Hey guys, sorry I haven't posted a lot. Been very busy!
Here are a few piccies of Flossie who is 10 weeks tomorrow and gets her last jab so we can take her out for a walk soon! 





































Hope you love her, we do!


----------



## lady amanda (Nov 26, 2010)

Adorable!!!!!


----------



## alfiedoo (Sep 6, 2010)

omg! she's beautiful! Enjoy!


----------



## embee (Dec 27, 2010)

I love her...


----------



## kendal (Jul 16, 2009)

aww cute little girle


----------



## wilfiboy (Sep 18, 2010)

She's lovely enjoy your walks x


----------



## bramble (Oct 28, 2010)

So cute, I bet you just wanna cuddle ALL DAY LONG!!!!


----------



## parapluie (Dec 22, 2010)

ahhhh so fluffy!

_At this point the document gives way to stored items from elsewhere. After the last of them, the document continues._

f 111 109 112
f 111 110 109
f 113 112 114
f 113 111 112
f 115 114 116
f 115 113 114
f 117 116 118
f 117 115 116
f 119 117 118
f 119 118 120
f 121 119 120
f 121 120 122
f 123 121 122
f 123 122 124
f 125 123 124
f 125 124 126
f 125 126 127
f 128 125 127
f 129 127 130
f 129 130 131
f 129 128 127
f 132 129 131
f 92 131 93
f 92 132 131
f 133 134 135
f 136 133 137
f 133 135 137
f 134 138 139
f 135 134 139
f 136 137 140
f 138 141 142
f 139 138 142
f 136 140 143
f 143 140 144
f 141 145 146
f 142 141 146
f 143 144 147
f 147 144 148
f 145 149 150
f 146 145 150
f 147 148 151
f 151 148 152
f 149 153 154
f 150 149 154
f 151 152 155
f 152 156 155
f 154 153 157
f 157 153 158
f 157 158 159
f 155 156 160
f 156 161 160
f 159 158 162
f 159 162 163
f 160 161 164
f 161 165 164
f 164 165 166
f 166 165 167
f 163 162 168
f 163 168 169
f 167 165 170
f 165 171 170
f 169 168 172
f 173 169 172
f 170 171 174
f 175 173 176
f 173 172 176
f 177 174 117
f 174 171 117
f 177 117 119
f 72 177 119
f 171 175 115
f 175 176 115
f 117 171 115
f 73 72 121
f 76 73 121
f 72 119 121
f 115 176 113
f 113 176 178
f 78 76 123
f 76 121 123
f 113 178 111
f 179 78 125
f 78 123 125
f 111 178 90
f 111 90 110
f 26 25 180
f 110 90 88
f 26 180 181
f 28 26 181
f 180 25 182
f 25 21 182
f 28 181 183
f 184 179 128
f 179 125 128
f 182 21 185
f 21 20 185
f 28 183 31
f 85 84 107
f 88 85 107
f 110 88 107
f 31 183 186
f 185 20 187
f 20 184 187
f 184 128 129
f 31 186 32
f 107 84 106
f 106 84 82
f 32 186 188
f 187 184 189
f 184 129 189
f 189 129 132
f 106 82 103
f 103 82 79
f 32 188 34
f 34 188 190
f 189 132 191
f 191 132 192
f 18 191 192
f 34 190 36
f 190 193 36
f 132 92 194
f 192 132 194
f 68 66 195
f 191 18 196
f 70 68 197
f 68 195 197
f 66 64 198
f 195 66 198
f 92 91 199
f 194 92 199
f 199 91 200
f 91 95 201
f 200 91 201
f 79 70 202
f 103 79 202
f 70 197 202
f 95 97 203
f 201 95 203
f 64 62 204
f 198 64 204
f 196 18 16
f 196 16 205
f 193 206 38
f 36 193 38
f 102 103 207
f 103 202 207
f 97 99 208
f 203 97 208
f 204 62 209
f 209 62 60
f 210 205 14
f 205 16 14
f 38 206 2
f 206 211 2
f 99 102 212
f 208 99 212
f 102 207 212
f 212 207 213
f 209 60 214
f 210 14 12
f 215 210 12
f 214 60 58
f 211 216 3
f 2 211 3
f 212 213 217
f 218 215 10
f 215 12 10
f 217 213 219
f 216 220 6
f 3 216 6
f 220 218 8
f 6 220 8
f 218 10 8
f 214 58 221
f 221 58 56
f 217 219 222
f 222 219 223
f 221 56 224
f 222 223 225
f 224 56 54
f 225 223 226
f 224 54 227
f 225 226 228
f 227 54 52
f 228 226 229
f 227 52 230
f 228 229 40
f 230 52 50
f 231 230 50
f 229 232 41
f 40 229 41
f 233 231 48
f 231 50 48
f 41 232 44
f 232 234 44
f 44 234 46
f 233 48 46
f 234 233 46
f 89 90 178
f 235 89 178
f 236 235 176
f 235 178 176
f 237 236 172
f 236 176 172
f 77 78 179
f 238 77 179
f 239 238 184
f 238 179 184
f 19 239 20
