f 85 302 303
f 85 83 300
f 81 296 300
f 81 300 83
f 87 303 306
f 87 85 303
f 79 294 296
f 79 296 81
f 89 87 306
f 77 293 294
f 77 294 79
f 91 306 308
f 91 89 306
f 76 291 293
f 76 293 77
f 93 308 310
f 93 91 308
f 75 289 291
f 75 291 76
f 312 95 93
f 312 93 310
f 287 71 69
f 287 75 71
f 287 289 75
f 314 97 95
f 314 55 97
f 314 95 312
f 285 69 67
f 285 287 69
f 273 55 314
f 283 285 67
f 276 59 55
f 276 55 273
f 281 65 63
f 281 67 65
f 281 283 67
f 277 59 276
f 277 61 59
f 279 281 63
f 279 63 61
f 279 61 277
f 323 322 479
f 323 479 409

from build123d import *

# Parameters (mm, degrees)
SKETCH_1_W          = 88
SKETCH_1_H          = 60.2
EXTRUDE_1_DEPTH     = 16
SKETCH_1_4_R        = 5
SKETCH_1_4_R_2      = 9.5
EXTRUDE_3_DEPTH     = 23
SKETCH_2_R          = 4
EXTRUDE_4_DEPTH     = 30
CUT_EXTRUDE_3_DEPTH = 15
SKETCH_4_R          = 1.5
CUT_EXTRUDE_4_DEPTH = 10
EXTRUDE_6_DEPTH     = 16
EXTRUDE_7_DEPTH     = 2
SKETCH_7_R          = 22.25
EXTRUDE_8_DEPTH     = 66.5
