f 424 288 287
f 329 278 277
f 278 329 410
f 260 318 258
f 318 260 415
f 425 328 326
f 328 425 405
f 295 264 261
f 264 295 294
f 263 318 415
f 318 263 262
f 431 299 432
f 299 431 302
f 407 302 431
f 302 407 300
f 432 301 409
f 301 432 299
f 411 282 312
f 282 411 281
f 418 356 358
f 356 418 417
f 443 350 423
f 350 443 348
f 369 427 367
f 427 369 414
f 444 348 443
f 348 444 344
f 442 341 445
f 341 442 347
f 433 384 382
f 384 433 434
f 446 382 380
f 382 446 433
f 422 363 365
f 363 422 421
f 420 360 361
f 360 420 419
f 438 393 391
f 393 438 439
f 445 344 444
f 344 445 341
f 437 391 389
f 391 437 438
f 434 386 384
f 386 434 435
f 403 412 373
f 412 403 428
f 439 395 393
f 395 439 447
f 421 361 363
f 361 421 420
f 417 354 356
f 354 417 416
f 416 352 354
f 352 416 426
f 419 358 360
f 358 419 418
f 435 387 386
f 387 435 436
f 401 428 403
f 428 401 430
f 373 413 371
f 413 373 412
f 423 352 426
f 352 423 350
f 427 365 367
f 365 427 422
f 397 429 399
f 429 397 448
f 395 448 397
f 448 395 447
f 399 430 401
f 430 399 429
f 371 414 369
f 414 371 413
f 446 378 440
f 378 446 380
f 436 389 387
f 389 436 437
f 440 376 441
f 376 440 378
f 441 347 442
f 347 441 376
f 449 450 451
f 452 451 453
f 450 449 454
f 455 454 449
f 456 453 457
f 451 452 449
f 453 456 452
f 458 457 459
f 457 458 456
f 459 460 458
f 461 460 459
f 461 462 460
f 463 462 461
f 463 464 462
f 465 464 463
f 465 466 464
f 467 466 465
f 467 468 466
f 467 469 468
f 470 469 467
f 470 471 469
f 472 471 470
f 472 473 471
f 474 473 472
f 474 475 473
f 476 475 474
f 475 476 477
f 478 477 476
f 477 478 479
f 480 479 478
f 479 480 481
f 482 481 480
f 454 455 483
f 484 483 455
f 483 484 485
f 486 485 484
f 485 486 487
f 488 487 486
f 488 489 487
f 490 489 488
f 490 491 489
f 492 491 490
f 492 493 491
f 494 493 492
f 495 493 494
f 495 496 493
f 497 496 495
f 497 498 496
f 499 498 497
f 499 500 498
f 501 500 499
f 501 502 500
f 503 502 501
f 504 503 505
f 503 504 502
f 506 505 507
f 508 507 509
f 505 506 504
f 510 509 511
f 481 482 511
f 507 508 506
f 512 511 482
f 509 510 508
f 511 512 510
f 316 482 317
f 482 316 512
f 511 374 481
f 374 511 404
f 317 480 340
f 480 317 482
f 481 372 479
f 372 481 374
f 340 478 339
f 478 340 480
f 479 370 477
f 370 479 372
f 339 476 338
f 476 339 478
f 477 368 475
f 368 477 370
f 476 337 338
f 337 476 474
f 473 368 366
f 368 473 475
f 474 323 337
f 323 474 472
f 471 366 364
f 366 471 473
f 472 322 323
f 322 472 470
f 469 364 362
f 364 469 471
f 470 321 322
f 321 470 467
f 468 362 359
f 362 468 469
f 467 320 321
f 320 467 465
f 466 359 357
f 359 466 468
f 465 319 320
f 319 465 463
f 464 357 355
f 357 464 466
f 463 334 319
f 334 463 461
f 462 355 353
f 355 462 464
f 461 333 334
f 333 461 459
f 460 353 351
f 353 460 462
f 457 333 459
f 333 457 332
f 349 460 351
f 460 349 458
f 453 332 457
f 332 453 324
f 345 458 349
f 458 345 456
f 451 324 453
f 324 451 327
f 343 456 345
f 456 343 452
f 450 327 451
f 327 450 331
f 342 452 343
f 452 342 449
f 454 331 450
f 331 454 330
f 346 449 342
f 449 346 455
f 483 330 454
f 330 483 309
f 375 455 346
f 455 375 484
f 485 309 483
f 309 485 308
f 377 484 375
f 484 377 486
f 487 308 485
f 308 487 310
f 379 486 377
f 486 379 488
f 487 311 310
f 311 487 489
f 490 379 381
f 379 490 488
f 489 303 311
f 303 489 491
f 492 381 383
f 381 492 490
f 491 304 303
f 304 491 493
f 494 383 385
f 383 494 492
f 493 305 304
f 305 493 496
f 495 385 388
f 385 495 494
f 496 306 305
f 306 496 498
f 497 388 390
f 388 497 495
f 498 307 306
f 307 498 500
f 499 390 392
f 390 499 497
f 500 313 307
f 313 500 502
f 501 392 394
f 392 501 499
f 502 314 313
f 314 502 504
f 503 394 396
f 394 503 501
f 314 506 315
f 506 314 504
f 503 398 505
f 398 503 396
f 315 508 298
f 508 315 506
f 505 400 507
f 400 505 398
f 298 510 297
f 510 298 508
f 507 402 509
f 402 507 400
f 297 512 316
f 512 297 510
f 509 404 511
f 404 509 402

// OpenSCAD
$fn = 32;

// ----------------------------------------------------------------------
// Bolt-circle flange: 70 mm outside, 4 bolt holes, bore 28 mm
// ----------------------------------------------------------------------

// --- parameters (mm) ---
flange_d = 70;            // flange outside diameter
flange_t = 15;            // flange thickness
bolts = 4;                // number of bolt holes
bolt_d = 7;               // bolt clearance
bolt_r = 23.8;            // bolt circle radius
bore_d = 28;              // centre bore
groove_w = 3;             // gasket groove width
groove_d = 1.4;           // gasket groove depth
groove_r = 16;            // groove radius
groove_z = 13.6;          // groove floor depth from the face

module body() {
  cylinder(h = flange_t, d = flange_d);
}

I want to squish her! ahahah


----------



## Dave (May 25, 2009)

Great pictures!


----------



## Eddiesmum (Oct 13, 2010)

OMG, she is sooooo beautiful and she looks like a little girl too!!


----------



## strangeland86 (Oct 30, 2010)

She is lovely. I love the little dark ring round her nose - so cute!


----------